**TASK INSTRUCTIONS**
The entries that follow include a run beginning at the line with "#38=VERTEX_POINT('',#37);" and ending at the line with "#45=LINE('',#43,#33);"; restate that run word for word and leave the rest out.

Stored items
######
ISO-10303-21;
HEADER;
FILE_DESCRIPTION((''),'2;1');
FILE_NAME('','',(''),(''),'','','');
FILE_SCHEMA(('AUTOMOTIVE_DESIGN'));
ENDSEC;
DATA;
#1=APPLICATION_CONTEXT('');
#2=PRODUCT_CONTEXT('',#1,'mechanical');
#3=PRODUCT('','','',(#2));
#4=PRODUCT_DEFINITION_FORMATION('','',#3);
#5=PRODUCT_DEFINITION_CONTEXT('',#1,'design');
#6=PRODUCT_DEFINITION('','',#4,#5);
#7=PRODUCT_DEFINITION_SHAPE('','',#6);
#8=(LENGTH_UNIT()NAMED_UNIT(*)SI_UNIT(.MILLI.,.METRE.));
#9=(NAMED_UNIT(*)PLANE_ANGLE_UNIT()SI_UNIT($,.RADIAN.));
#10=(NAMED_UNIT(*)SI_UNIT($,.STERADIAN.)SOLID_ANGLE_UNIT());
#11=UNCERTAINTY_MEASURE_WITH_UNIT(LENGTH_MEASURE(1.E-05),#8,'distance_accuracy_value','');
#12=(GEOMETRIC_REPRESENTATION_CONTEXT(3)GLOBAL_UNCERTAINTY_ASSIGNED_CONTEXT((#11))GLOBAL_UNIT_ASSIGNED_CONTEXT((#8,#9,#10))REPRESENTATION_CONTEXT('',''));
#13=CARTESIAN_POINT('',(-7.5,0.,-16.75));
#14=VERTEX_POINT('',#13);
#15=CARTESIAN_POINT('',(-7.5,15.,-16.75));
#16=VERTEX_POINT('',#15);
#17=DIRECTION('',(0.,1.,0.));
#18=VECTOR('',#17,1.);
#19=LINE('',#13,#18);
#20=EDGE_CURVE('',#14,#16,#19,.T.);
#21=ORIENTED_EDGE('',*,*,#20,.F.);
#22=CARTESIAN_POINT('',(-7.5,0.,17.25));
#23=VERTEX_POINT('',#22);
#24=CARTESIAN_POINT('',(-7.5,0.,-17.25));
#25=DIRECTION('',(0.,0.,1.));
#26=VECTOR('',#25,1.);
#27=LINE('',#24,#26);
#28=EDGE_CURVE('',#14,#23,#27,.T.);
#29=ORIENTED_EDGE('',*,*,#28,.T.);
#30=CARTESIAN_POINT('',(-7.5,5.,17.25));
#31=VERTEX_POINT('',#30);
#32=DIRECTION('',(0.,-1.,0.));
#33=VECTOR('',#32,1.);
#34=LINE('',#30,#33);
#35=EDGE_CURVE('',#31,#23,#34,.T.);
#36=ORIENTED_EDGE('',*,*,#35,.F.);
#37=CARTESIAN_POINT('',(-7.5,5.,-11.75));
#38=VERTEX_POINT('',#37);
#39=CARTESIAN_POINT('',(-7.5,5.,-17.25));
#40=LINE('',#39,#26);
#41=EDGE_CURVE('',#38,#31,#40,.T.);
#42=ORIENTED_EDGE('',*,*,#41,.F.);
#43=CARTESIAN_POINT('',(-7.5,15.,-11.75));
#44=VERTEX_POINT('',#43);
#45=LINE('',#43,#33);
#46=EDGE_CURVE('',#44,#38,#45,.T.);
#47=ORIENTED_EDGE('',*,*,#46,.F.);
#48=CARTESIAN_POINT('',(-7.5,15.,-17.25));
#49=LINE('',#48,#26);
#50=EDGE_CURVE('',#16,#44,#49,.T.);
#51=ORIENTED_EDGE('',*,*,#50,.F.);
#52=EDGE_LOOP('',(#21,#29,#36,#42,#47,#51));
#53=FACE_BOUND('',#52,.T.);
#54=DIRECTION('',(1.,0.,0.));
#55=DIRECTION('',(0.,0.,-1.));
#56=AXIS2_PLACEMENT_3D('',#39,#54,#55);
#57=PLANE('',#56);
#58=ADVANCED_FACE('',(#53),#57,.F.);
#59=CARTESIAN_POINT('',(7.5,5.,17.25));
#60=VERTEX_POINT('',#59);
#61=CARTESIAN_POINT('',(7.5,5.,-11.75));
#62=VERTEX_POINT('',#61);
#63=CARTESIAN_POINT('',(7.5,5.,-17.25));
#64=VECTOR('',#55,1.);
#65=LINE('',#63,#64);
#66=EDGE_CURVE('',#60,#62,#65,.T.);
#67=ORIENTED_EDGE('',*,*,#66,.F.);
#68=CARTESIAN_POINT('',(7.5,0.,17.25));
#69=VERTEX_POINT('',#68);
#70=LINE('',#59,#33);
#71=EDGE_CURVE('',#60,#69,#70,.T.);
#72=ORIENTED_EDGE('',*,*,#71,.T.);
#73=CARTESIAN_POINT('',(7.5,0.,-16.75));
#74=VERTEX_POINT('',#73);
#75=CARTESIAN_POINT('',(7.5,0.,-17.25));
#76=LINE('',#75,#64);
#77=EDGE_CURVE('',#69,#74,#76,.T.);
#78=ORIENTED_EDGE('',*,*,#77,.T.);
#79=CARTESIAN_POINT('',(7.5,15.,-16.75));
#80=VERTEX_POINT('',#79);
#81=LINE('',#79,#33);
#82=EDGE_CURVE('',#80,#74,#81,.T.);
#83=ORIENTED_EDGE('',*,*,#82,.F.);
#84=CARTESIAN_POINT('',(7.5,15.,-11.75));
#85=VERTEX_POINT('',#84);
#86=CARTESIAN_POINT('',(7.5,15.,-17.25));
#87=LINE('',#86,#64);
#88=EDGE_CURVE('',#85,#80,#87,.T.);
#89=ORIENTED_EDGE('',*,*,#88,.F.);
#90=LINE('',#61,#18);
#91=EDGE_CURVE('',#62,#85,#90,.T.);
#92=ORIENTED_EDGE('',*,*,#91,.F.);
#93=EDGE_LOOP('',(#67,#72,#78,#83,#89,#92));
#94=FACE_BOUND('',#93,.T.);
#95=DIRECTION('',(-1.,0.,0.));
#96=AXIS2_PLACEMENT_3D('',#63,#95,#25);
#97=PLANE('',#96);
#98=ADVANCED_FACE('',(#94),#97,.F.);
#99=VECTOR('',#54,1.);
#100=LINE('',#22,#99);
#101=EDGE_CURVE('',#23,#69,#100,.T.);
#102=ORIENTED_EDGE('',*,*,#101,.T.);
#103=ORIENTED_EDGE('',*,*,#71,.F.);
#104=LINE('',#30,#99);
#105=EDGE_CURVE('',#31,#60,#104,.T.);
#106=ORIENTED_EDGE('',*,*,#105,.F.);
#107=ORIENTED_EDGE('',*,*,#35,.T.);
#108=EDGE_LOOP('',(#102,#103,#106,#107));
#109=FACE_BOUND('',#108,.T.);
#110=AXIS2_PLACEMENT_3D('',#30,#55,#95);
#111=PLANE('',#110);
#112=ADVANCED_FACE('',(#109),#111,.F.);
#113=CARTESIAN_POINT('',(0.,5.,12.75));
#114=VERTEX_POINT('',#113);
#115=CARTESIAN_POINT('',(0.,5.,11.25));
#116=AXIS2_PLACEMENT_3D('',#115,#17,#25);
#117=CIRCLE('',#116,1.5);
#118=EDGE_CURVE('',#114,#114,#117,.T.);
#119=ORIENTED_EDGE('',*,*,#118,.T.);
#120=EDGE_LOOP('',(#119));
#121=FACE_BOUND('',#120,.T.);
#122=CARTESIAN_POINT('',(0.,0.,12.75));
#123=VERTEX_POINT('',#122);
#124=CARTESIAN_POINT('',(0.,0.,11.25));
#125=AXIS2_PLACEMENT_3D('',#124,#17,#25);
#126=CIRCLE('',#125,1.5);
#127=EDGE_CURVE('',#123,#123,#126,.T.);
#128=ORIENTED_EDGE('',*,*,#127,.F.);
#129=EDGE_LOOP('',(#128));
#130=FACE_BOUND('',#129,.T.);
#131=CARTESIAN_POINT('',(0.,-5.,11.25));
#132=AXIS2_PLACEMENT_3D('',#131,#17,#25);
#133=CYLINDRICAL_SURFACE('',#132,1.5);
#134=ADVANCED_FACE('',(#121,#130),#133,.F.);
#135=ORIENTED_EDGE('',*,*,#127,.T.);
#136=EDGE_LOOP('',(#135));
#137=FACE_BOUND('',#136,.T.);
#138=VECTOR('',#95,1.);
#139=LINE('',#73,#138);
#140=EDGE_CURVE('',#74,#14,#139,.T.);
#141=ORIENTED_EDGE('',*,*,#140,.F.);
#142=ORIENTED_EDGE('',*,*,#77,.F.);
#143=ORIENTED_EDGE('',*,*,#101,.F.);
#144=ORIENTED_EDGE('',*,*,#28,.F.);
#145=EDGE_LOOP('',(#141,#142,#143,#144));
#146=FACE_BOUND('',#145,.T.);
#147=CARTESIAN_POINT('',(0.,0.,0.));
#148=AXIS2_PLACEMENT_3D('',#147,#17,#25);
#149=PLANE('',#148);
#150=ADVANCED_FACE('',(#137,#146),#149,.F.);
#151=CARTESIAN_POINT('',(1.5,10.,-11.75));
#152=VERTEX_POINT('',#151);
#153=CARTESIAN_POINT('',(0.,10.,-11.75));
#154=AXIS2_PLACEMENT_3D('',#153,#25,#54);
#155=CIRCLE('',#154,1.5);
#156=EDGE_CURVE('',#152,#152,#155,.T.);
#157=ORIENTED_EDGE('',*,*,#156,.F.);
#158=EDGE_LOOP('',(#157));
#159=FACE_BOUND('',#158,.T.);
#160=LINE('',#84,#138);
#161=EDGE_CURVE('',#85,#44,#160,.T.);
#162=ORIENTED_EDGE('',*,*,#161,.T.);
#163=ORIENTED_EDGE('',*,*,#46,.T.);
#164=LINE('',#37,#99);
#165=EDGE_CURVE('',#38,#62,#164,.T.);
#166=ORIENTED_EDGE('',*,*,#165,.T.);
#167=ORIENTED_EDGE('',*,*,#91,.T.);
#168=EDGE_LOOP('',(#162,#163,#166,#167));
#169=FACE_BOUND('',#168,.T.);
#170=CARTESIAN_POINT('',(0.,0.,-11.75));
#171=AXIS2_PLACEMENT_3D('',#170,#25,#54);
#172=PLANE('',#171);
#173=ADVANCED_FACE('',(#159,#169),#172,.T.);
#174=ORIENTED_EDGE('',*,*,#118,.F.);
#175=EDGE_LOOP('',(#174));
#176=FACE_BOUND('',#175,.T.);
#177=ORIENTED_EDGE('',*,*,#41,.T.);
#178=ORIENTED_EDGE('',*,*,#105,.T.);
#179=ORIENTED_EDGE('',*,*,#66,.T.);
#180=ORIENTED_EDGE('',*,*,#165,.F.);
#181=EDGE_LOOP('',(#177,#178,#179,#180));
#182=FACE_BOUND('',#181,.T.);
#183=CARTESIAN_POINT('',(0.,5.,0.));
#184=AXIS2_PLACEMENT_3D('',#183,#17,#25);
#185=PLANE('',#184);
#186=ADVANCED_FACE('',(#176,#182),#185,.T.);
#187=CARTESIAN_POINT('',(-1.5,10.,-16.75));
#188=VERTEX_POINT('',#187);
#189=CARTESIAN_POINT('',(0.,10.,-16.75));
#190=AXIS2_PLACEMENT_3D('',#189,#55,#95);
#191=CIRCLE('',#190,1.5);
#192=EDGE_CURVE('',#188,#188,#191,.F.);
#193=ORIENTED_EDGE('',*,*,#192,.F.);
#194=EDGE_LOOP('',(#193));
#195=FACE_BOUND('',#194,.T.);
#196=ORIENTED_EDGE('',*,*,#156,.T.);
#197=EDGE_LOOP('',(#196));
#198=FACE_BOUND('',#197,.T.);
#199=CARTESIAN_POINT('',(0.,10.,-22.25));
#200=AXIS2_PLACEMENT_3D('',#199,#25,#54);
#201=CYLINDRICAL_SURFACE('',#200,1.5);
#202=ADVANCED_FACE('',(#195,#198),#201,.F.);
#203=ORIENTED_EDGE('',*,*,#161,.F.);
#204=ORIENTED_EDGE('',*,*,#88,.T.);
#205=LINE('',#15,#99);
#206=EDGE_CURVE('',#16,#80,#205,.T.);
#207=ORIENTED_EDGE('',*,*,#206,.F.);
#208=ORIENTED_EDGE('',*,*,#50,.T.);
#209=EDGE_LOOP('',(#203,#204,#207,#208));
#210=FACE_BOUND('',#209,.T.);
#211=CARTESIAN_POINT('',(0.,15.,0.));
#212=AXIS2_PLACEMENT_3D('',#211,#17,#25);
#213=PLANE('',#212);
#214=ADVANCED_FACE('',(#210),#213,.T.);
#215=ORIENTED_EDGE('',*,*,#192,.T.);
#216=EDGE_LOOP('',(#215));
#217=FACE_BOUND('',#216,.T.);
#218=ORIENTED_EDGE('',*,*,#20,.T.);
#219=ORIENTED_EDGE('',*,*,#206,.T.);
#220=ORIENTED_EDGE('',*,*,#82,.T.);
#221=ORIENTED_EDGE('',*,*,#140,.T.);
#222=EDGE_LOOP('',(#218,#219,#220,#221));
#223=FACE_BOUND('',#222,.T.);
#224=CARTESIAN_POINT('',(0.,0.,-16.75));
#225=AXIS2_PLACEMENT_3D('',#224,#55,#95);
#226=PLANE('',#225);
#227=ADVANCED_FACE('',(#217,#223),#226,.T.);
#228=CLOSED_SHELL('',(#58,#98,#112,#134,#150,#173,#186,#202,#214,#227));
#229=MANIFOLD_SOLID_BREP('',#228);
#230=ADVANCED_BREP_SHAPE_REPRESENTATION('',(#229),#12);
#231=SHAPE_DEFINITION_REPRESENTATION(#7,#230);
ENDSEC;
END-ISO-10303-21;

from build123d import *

# Parameters (mm, degrees)
SKETCH1_W      = 15
SKETCH1_H      = 34.5
EXTRUDE1_DEPTH = 5
SKETCH2_W      = 15
SKETCH2_H      = 5
EXTRUDE2_DEPTH = 10
SKETCH3_R      = 1.5
EXTRUDE3_DEPTH = 10
SKETCH4_R      = 1.5
EXTRUDE4_DEPTH = 10
SKETCH5_W      = 15
SKETCH5_H      = 15
EXTRUDE5_DEPTH = 0.5
EXTRUDE6_START = 0.5
SKETCH6_W      = 15
SKETCH6_H      = 10
SKETCH6_R      = 1.5
EXTRUDE6_DEPTH = 0.5


with BuildPart() as part:
    # Sketch1 → Extrude1 (new body)
    with BuildSketch(Plane(origin=(0, 0, 0), x_dir=(1, 0, 0), z_dir=(0, 1, 0))):
        Rectangle(SKETCH1_W, SKETCH1_H)
    extrude(amount=EXTRUDE1_DEPTH)

    # Sketch2 → Extrude2 (add)
    with BuildSketch(Plane(origin=(0, 5, 0), x_dir=(1, 0, 0), z_dir=(0, 1, 0))):
        with Locations((0, 14.75)):
            Rectangle(SKETCH2_W, SKETCH2_H)
    extrude(amount=EXTRUDE2_DEPTH)

    # Sketch3 → Extrude3 (cut)
    with BuildSketch(Plane(origin=(0, 5, 0), x_dir=(1, 0, 0), z_dir=(0, 1, 0))):
        with Locations(Location((0, -11.25, 0), (0, 0, 270))):
            Circle(SKETCH3_R)
    extrude(amount=-EXTRUDE3_DEPTH, mode=Mode.SUBTRACT)

    # Sketch4 → Extrude4 (cut)
    with BuildSketch(Plane.XY.offset(-12.25)):
        with Locations((0, 10)):
            Circle(SKETCH4_R)
    extrude(amount=-EXTRUDE4_DEPTH, mode=Mode.SUBTRACT)

    # Sketch5 → Extrude5 (cut)
    with BuildSketch(Plane(origin=(0, 0, -17.25), x_dir=(-1, 0, 0), z_dir=(0, 0, -1))):
        with Locations((0, 7.5)):
            Rectangle(SKETCH5_W, SKETCH5_H)
    extrude(amount=-EXTRUDE5_DEPTH, mode=Mode.SUBTRACT)

    # Sketch6 → Extrude6 (add)
    with BuildSketch(Plane.XY.offset(-12.25).offset(EXTRUDE6_START)):
        with Locations((0, 10)):
            Rectangle(SKETCH6_W, SKETCH6_H)
        with Locations((0, 10)):
            Circle(SKETCH6_R, mode=Mode.SUBTRACT)
    extrude(amount=-EXTRUDE6_DEPTH)


solid = part.part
######
**ANSWER SECTION**
#38=VERTEX_POINT('',#37);
#39=CARTESIAN_POINT('',(-7.5,5.,-17.25));
#40=LINE('',#39,#26);
#41=EDGE_CURVE('',#38,#31,#40,.T.);
#42=ORIENTED_EDGE('',*,*,#41,.F.);
#43=CARTESIAN_POINT('',(-7.5,15.,-11.75));
#44=VERTEX_POINT('',#43);
#45=LINE('',#43,#33);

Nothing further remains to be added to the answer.